Every single high-value deployment we have built is a reasoning application. Every one. And we are not unique -- this pattern is consistent across the industry.
Businesses do not need AI that creates. They need AI that thinks. Creation is a feature. Reasoning is a platform.
The Labs That Are Winning
Anthropic is the obvious example -- and a big part of why we bet on them early -- but they are not alone. The labs that are winning the enterprise market share a common trait: they prioritized reliability over spectacle.
Google's Gemini has made quiet, significant progress in enterprise applications. Their integration with Workspace tools -- analyzing spreadsheets, drafting documents from meeting transcripts, managing email workflows -- is the kind of unglamorous, high-value work that actually drives adoption.
The coding-focused AI companies -- Cursor, Replit, the tools powering vibe coding -- are building on reasoning models, not generative media models. The entire wave of "anyone can build software" is powered by AI that thinks, not AI that draws.

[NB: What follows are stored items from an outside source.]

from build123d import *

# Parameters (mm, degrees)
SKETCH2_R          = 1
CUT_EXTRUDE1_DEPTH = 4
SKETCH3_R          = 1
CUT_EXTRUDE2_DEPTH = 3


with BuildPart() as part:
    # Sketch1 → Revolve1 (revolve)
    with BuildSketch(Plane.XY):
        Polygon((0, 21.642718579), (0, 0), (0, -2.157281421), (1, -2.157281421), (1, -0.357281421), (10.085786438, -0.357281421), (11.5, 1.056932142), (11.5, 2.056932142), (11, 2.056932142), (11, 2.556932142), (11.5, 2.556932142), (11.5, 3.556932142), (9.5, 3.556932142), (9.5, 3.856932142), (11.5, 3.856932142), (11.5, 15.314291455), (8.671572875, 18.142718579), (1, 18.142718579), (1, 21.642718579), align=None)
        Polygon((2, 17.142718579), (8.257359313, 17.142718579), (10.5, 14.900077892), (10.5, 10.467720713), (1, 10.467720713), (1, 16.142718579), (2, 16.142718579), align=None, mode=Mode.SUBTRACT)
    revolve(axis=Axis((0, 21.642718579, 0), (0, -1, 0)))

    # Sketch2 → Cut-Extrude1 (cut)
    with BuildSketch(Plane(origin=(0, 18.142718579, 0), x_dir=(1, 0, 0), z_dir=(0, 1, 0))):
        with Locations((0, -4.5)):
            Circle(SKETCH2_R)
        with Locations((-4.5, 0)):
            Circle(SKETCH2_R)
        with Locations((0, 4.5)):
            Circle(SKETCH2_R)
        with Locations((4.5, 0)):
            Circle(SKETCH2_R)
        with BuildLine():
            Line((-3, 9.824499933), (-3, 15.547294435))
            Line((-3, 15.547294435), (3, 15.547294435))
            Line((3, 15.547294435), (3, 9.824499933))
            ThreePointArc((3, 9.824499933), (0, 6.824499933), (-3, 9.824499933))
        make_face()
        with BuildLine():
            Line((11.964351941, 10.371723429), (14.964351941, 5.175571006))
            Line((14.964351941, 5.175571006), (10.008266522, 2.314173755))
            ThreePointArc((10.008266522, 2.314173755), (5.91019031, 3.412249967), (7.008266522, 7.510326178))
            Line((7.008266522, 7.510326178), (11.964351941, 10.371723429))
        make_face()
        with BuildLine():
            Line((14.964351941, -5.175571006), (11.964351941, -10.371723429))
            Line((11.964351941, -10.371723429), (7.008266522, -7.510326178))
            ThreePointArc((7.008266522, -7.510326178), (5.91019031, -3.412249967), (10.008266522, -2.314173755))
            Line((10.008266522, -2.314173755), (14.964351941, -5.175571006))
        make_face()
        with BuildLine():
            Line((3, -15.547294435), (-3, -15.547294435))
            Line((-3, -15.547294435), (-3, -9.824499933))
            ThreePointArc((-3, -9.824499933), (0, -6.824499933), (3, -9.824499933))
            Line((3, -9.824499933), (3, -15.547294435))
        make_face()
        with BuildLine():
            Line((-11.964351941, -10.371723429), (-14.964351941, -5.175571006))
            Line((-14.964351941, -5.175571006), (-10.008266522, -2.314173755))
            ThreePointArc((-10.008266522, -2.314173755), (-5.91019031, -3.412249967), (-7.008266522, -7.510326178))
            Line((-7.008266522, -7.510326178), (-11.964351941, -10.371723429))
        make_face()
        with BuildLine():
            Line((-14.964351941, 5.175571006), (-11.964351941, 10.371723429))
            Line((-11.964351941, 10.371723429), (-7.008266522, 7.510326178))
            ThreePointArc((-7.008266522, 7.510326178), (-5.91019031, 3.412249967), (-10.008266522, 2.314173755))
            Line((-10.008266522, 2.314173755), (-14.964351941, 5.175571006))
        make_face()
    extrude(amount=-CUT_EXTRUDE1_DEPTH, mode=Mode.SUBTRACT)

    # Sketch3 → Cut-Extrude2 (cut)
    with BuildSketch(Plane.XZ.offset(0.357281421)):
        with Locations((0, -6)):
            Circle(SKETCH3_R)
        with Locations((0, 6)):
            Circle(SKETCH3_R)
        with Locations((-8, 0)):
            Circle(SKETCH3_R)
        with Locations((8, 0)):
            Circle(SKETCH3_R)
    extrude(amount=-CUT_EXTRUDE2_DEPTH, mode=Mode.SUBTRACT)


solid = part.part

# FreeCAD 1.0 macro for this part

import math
import FreeCAD as App
import Part
import Sketcher
from FreeCAD import Vector
Q = App.Units.Quantity

doc = App.newDocument("Part")
params = doc.addObject("Spreadsheet::Sheet", "Params")
for row, (alias, value) in enumerate([
    ("sketch1_width", "1 mm"),
    ("sketch1_width2", "2 mm"),
    ("sketch1_length", "2 mm"),
    ("sketch1_length2", "4 mm"),
    ("sketch1_width3", "0.5 mm"),
    ("revolution_angle", "360 deg"),
    ("sketch2_diameter", "2 mm"),
    ("sketch2_radius", "3 mm"),
    ("pocket1_length", "4 mm"),
    ("sketch3_diameter", "2 mm"),
    ("pocket2_length", "3 mm"),
], start=1):
    params.set(f"A{row}", alias)
    params.set(f"B{row}", "=" + value)
    params.setAlias(f"B{row}", alias)

body = doc.addObject("PartDesign::Body", "Body")

# Sketch on XY plane
sketch1 = body.newObject("Sketcher::SketchObject", "Sketch")
sketch1.AttachmentSupport = (doc.getObject("XY_Plane"), [""])
sketch1.MapMode = "FlatFace"
sketch1.addGeometry([
    Part.LineSegment(Vector(0, 21.64, 0), Vector(0, -2.16, 0)),  # 0
    Part.LineSegment(Vector(0, -2.16, 0), Vector(1, -2.16, 0)),  # 1
    Part.LineSegment(Vector(1, -2.16, 0), Vector(1, -0.36, 0)),  # 2
    Part.LineSegment(Vector(1, -0.36, 0), Vector(10.09, -0.36, 0)),  # 3
    Part.LineSegment(Vector(10.09, -0.36, 0), Vector(11.5, 1.06, 0)),  # 4
    Part.LineSegment(Vector(11.5, 1.06, 0), Vector(11.5, 2.06, 0)),  # 5
    Part.LineSegment(Vector(11.5, 2.06, 0), Vector(11, 2.06, 0)),  # 6
    Part.LineSegment(Vector(11, 2.06, 0), Vector(11, 2.56, 0)),  # 7
    Part.LineSegment(Vector(11, 2.56, 0), Vector(11.5, 2.56, 0)),  # 8
    Part.LineSegment(Vector(11.5, 2.56, 0), Vector(11.5, 3.56, 0)),  # 9
    Part.LineSegment(Vector(11.5, 3.56, 0), Vector(9.5, 3.56, 0)),  # 10
    Part.LineSegment(Vector(9.5, 3.56, 0), Vector(9.5, 3.86, 0)),  # 11
    Part.LineSegment(Vector(9.5, 3.86, 0), Vector(11.5, 3.86, 0)),  # 12
    Part.LineSegment(Vector(11.5, 3.86, 0), Vector(11.5, 15.31, 0)),  # 13
    Part.LineSegment(Vector(11.5, 15.31, 0), Vector(8.67, 18.14, 0)),  # 14
    Part.LineSegment(Vector(8.67, 18.14, 0), Vector(1, 18.14, 0)),  # 15
    Part.LineSegment(Vector(1, 18.14, 0), Vector(1, 21.64, 0)),  # 16
    Part.LineSegment(Vector(1, 21.64, 0), Vector(0, 21.64, 0)),  # 17
    Part.LineSegment(Vector(2, 16.14, 0), Vector(2, 17.14, 0)),  # 18
    Part.LineSegment(Vector(2, 17.14, 0), Vector(8.26, 17.14, 0)),  # 19
    Part.LineSegment(Vector(8.26, 17.14, 0), Vector(10.5, 14.9, 0)),  # 20
    Part.LineSegment(Vector(10.5, 14.9, 0), Vector(10.5, 10.47, 0)),  # 21
    Part.LineSegment(Vector(10.5, 10.47, 0), Vector(1, 10.47, 0)),  # 22
    Part.LineSegment(Vector(1, 10.47, 0), Vector(1, 16.14, 0)),  # 23
    Part.LineSegment(Vector(1, 16.14, 0), Vector(2, 16.14, 0)),  # 24
], False)
sketch1.addConstraint([
    Sketcher.Constraint("Coincident", 0, 2, 1, 1),
    Sketcher.Constraint("Coincident", 1, 2, 2, 1),
    Sketcher.Constraint("Coincident", 2, 2, 3, 1),
    Sketcher.Constraint("Coincident", 3, 2, 4, 1),
    Sketcher.Constraint("Coincident", 4, 2, 5, 1),
    Sketcher.Constraint("Coincident", 5, 2, 6, 1),
    Sketcher.Constraint("Coincident", 6, 2, 7, 1),
    Sketcher.Constraint("Coincident", 7, 2, 8, 1),
    Sketcher.Constraint("Coincident", 8, 2, 9, 1),
    Sketcher.Constraint("Coincident", 9, 2, 10, 1),
    Sketcher.Constraint("Coincident", 10, 2, 11, 1),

Even OpenAI seems to be recalibrating. Their recent focus on reasoning models (o-series), function calling improvements, and enterprise API features suggests they have recognized that the business market demands substance over style. Better late than never.
Doubling Down
The trend has only accelerated. The data from the last ten months is unambiguous.
The labs chasing pixels are losing the enterprise market to the labs building reasoning engines. Not slowly. Rapidly. Every quarter, the gap between "AI that impresses" and "AI that works" grows wider, and the businesses signing contracts are choosing the latter.
If you are evaluating AI for your business -- and our guide on how SMBs will adopt AI is a good starting point -- ignore the demos. Ignore the viral tweets. Ignore the "look what AI can generate" posts. Ask one question: can this AI reliably do boring, important work -- reading documents, following instructions, making decisions, processing data -- day after day, without supervision?
That is the bar. And right now, the labs that never cared about going viral are the ones clearing it.